MATH 106 6383 Finite Mathematics (2192)
Week 2 Discussion
LINEAR EQUATIONS AND INEQUALITIES (Basic Mathematics Review, Chapter 5, Sections 5.5 – 5.8, and Chapter 7, Sections 7.2 – 7.7)
Solve for the variable:
(c/2) – 8 = 0
5(m – 3) + 4 = -1
3r + 25 = – 1
3x/4 + 2 = 14
-7(2a-1) = 63
3x + 7 = 5x – 21
4x – 36 + 2 = -6
3y/4 + 16 = 10
4(x+2) = 20
-2(a-3) = 16
6x – 17 = 3
x/7 – 15 = -11
-(8r+1) = 33
4y + 5 = -3
2(3x+1) -5x = 4(x-6) + 17
Solve P =R – C for R. Find the value of R when P =480 and C =210.
Solve y =5x +8 for x.
Solve 3y −6x =12 for y.
Solve 4y +2x +8=0 for y.
Solve:
Twenty percent of a number is 6 What is the number?
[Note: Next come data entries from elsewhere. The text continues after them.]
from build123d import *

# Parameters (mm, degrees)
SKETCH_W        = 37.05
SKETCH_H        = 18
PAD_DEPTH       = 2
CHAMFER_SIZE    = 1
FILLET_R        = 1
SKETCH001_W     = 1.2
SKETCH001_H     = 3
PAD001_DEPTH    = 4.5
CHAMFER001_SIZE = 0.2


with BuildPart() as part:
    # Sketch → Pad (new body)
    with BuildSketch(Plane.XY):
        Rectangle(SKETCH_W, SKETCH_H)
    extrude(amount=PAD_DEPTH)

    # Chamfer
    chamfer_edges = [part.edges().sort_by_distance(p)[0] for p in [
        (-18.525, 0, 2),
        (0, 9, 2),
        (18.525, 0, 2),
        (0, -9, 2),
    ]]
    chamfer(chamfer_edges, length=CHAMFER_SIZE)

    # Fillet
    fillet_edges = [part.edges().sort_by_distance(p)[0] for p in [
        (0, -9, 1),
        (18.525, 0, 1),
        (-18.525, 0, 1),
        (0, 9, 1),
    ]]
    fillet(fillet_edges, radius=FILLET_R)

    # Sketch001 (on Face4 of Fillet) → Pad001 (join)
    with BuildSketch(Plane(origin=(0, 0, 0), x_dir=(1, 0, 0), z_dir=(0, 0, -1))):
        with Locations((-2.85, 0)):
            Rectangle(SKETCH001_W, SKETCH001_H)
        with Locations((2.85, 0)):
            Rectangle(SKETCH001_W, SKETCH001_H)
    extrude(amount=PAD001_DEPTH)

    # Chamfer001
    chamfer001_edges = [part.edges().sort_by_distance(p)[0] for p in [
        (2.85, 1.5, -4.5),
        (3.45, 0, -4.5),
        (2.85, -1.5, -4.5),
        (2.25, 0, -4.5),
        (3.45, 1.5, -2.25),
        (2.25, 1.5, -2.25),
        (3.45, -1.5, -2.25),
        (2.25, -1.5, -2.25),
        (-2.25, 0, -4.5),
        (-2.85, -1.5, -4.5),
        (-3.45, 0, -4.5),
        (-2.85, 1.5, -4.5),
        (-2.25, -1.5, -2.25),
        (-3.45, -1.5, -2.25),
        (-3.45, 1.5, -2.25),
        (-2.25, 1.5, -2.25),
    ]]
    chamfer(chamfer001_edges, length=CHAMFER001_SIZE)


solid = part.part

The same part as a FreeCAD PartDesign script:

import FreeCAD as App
import Part
import Sketcher

V = App.Vector
Q = App.Units.Quantity


def edges_at(feature, points):
    """Names of the edges that pass closest to the given points."""
    edges = feature.Shape.Edges
    near = lambda p: min(range(len(edges)), key=lambda i: edges[i].distToShape(Part.Vertex(*p))[0])
    return sorted({f"Edge{near(p) + 1}" for p in points})

doc = App.newDocument("Part")
body = doc.addObject("PartDesign::Body", "Body")

sketch1 = body.newObject("Sketcher::SketchObject", "Sketch")
sketch1.AttachmentSupport = (doc.getObject("XY_Plane"), [""])
sketch1.MapMode = "FlatFace"
sketch1.addGeometry([
    Part.LineSegment(V(-19, 9, 0), V(-19, -9, 0)),
    Part.LineSegment(V(-19, -9, 0), V(19, -9, 0)),
    Part.LineSegment(V(19, -9, 0), V(19, 9, 0)),
    Part.LineSegment(V(19, 9, 0), V(-19, 9, 0)),
], False)
sketch1.addConstraint([
    Sketcher.Constraint("Coincident", 0, 2, 1, 1),
    Sketcher.Constraint("Coincident", 1, 2, 2, 1),
    Sketcher.Constraint("Coincident", 2, 2, 3, 1),
    Sketcher.Constraint("Coincident", 3, 2, 0, 1),
    Sketcher.Constraint("Vertical", 0),
    Sketcher.Constraint("Horizontal", 1),
    Sketcher.Constraint("Vertical", 2),
    Sketcher.Constraint("Horizontal", 3),
    Sketcher.Constraint("Symmetric", 0, 2, 2, 2, -1, 1),
    Sketcher.Constraint("DistanceY", 0, 2, 0, 1, Q("18 mm")),
    Sketcher.Constraint("DistanceX", 1, 1, 1, 2, Q("37.05 mm")),
])
pad1 = body.newObject("PartDesign::Pad", "Pad")
pad1.Profile = sketch1
pad1.Length = 2
doc.recompute()

chamfer = body.newObject("PartDesign::Chamfer", "Chamfer")
chamfer.Base = (pad1, edges_at(pad1, [
    (-18.525, 0, 2),
    (0, 9, 2),
    (18.525, 0, 2),
    (0, -9, 2),
]))
chamfer.Size = 1
doc.recompute()

fillet = body.newObject("PartDesign::Fillet", "Fillet")
fillet.Base = (chamfer, edges_at(chamfer, [
    (0, -9, 1),
    (18.525, 0, 1),
    (-18.525, 0, 1),
    (0, 9, 1),
]))
fillet.Radius = 1

sketch2 = body.newObject("Sketcher::SketchObject", "Sketch001")
sketch2.AttachmentSupport = (doc.getObject("XY_Plane"), [""])
sketch2.MapMode = "FlatFace"
sketch2.addGeometry([
    Part.LineSegment(V(-3.5, -1.5, 0), V(-3.5, 1.5, 0)),
    Part.LineSegment(V(-3.5, 1.5, 0), V(-2.2, 1.5, 0)),
    Part.LineSegment(V(-2.2, 1.5, 0), V(-2.2, -1.5, 0)),
    Part.LineSegment(V(-2.2, -1.5, 0), V(-3.5, -1.5, 0)),
    Part.LineSegment(V(2.2, -1.5, 0), V(2.2, 1.5, 0)),
    Part.LineSegment(V(2.2, 1.5, 0), V(3.5, 1.5, 0)),
    Part.LineSegment(V(3.5, 1.5, 0), V(3.5, -1.5, 0)),
    Part.LineSegment(V(3.5, -1.5, 0), V(2.2, -1.5, 0)),
], False)
sketch2.addConstraint([
    Sketcher.Constraint("Coincident", 0, 2, 1, 1),
    Sketcher.Constraint("Coincident", 1, 2, 2, 1),
    Sketcher.Constraint("Coincident", 2, 2, 3, 1),
    Sketcher.Constraint("Coincident", 3, 2, 0, 1),
    Sketcher.Constraint("Coincident", 4, 2, 5, 1),
    Sketcher.Constraint("Coincident", 5, 2, 6, 1),
    Sketcher.Constraint("Coincident", 6, 2, 7, 1),
    Sketcher.Constraint("Coincident", 7, 2, 4, 1),
    Sketcher.Constraint("Vertical", 0),
    Sketcher.Constraint("Horizontal", 1),
    Sketcher.Constraint("Vertical", 2),
    Sketcher.Constraint("Horizontal", 3),
    Sketcher.Constraint("Vertical", 4),
    Sketcher.Constraint("Horizontal", 5),
    Sketcher.Constraint("Vertical", 6),
    Sketcher.Constraint("Horizontal", 7),
    Sketcher.Constraint("Symmetric", 2, 2, 4, 2, -1, 1),
    Sketcher.Constraint("Symmetric", 0, 2, 6, 2, -1, 1),
    Sketcher.Constraint("Horizontal", 1, 2, 4, 2),
    Sketcher.Constraint("DistanceY", 0, 1, 0, 2, Q("3 mm")),
    Sketcher.Constraint("DistanceX", 1, 1, 1, 2, Q("1.2 mm")),
    Sketcher.Constraint("DistanceX", 1, 2, 4, 2, Q("4.5 mm")),
])
pad2 = body.newObject("PartDesign::Pad", "Pad001")
pad2.Profile = sketch2
pad2.Length = 4.5
pad2.Reversed = True
doc.recompute()

chamfer2 = body.newObject("PartDesign::Chamfer", "Chamfer001")
chamfer2.Base = (pad2, edges_at(pad2, [
    (2.85, 1.5, -4.5),
    (3.45, 0, -4.5),
    (2.85, -1.5, -4.5),
    (2.25, 0, -4.5),
    (3.45, 1.5, -2.25),
    (2.25, 1.5, -2.25),
    (3.45, -1.5, -2.25),
    (2.25, -1.5, -2.25),
    (-2.25, 0, -4.5),
    (-2.85, -1.5, -4.5),
    (-3.45, 0, -4.5),
    (-2.85, 1.5, -4.5),
    (-2.25, -1.5, -2.25),
    (-3.45, -1.5, -2.25),
    (-3.45, 1.5, -2.25),
    (-2.25, 1.5, -2.25),
]))
chamfer2.Size = 0.2

doc.recompute()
This year an item costs $106, an increase of 10% over last year’s price. What was last year’s price?
The perimeter of a square is 44 inches. Find the length of a side.
Nine percent of a number is 77.4. What is the number?
Two consecutive integers sum to 63. What are they?
If twenty-one is subtracted from some number and that result is multiplied by two, the result is thirty-eight. What is the number?
If 37% more of a quantity is 159.1, what is the quantity?
A company has determined that it must increase production of a certain line of goods by 112 times last year’s production. The new output will be 2885 items. What was last year’s output?
A lumber company has contracted to cut boards into two pieces so that one piece is three times the length of the other piece. If a board is 12 feet long, what is the length of each piece after cutting?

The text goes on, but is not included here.